What I expect from a modern news reader

Or, how to not annoy an information junkie

I’ve come to expect a certain number of “core” features when it comes to my precious feed-reading rituals, and if any of them is missing from an app I probably won’t use it for very long.

When reading through the below list please keep in mind that 100% of my feed consumption is via iOS devices, and because of that I’m just not too concerned with the desktop/mobile browser experience. That said, most of the things listed below should apply to those surfaces as well. Also, these features mostly are concerned with user-facing clients and not backend systems and services, so I’m not getting into syncing or anything else like that — plumbing is table stakes.

I’m fully aware that some of these may seem a bit trivial, especially when considered individually, but when taken together over hundreds of feeds ingested every day, they make for an incredibly powerful — and efficient — skimming/consumption experience.

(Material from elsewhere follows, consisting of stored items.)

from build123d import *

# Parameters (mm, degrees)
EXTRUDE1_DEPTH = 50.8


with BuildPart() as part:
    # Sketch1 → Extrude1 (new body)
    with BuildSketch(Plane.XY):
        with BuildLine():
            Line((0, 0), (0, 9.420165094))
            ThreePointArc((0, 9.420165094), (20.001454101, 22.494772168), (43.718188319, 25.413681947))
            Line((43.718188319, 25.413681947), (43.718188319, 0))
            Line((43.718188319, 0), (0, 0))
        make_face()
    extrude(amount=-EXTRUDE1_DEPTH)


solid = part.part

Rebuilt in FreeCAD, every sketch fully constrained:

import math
import FreeCAD as App
import Part
import Sketcher

doc = App.newDocument("Part")
params = doc.addObject("Spreadsheet::Sheet", "Params")
for row, (alias, value) in enumerate([
    ("pad1_length", "2 in"),
], start=1):
    params.set(f"A{row}", alias)
    params.set(f"B{row}", "=" + value)
    params.setAlias(f"B{row}", alias)

body = doc.addObject("PartDesign::Body", "Body")

sketch1 = body.newObject("Sketcher::SketchObject", "Sketch")
sketch1.AttachmentSupport = (doc.getObject("XY_Plane"), [""])
sketch1.MapMode = "FlatFace"
sketch1.addGeometry(Part.LineSegment(App.Vector(0, 9, 0), App.Vector(0, 0, 0)), False)
sketch1.addGeometry(Part.LineSegment(App.Vector(0, 0, 0), App.Vector(44, 0, 0)), False)
sketch1.addGeometry(Part.LineSegment(App.Vector(44, 0, 0), App.Vector(44, 25, 0)), False)
sketch1.addGeometry(Part.ArcOfCircle(Part.Circle(App.Vector(38, -27, 0), App.Vector(0, 0, 1), 53), math.radians(84), math.radians(136)), False)
sketch1.addConstraint(Sketcher.Constraint("Coincident", 0, 2, 1, 1))
sketch1.addConstraint(Sketcher.Constraint("Coincident", 1, 2, 2, 1))
sketch1.addConstraint(Sketcher.Constraint("Coincident", 2, 2, 3, 1))
sketch1.addConstraint(Sketcher.Constraint("Coincident", 3, 2, 0, 1))
sketch1.addConstraint(Sketcher.Constraint("Vertical", 0))
sketch1.addConstraint(Sketcher.Constraint("Horizontal", 1))
sketch1.addConstraint(Sketcher.Constraint("Vertical", 2))
sketch1.addConstraint(Sketcher.Constraint("Coincident", 0, 2, -1, 1))
sketch1.addConstraint(Sketcher.Constraint("Radius", 3, 52.802497))
sketch1.addConstraint(Sketcher.Constraint("DistanceX", 1, 1, 1, 2, 43.718188))
sketch1.addConstraint(Sketcher.Constraint("DistanceY", 2, 1, 2, 2, 25.413682))
sketch1.addConstraint(Sketcher.Constraint("DistanceY", 0, 2, 0, 1, 9.420165))
pad1 = body.newObject("PartDesign::Pad", "Pad")
pad1.Profile = sketch1
pad1.setExpression("Length", "Params.pad1_length")
pad1.Reversed = True

doc.recompute()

  • Mark-as-read-on-scroll (in a multi-item view) I’m always surprised when this is missing. It’s especially necessary for high-volume feeds, where without it you’d have to scroll through every unread item before being able to move on to the next feed/folder, because only then would you feel comfortable marking the feed/folder as read.
  • Offer multiple ways of moving to the next unread item When viewing a particular item, moving to the next item should always be possible by swiping up when at the end of the item. Additionally, an on-screen control for this sort of thing can be especially useful when dealing with full-content items, where, in the case of “long” items, getting to the next one may require a lot of scrolling before being able to transition to it using the swipe-up gesture.
  • Ability to turn off animations Animations can be pretty, and delightful, but when experienced hundreds of times a day they can start to feel “heavy” and inefficient; sometimes it makes more sense to just turn them off completely. This should be configurable.
  • Act on feed items without having to jump into them Here I’m referring mainly to the ability to save an item to a “read later” service while scrolling through a multi-item list. Often as you’re scrolling through a list of feed items you can tell whether an item is something you want to act on without having to actually jump into it. In Newsify, for example, if I want to save something to Pocket while scrolling through a list, I simply long-tap the item (no matter the layout mode) and it gets shuttled along.
  • Save internal links to a “read later” service How often are you reading an article and want to save to a “read later” service a link you come across within that article? Most clients offer the ability to act on the link via the system-wide iOS dingus, but only a few let you send the link directly to your “read later” service of choice. If the “read later” option isn’t available, I usually have to open the link in Safari, and then use a bookmarklet/extension to send it to the service I want. That’s crazy, and about 10 steps too many.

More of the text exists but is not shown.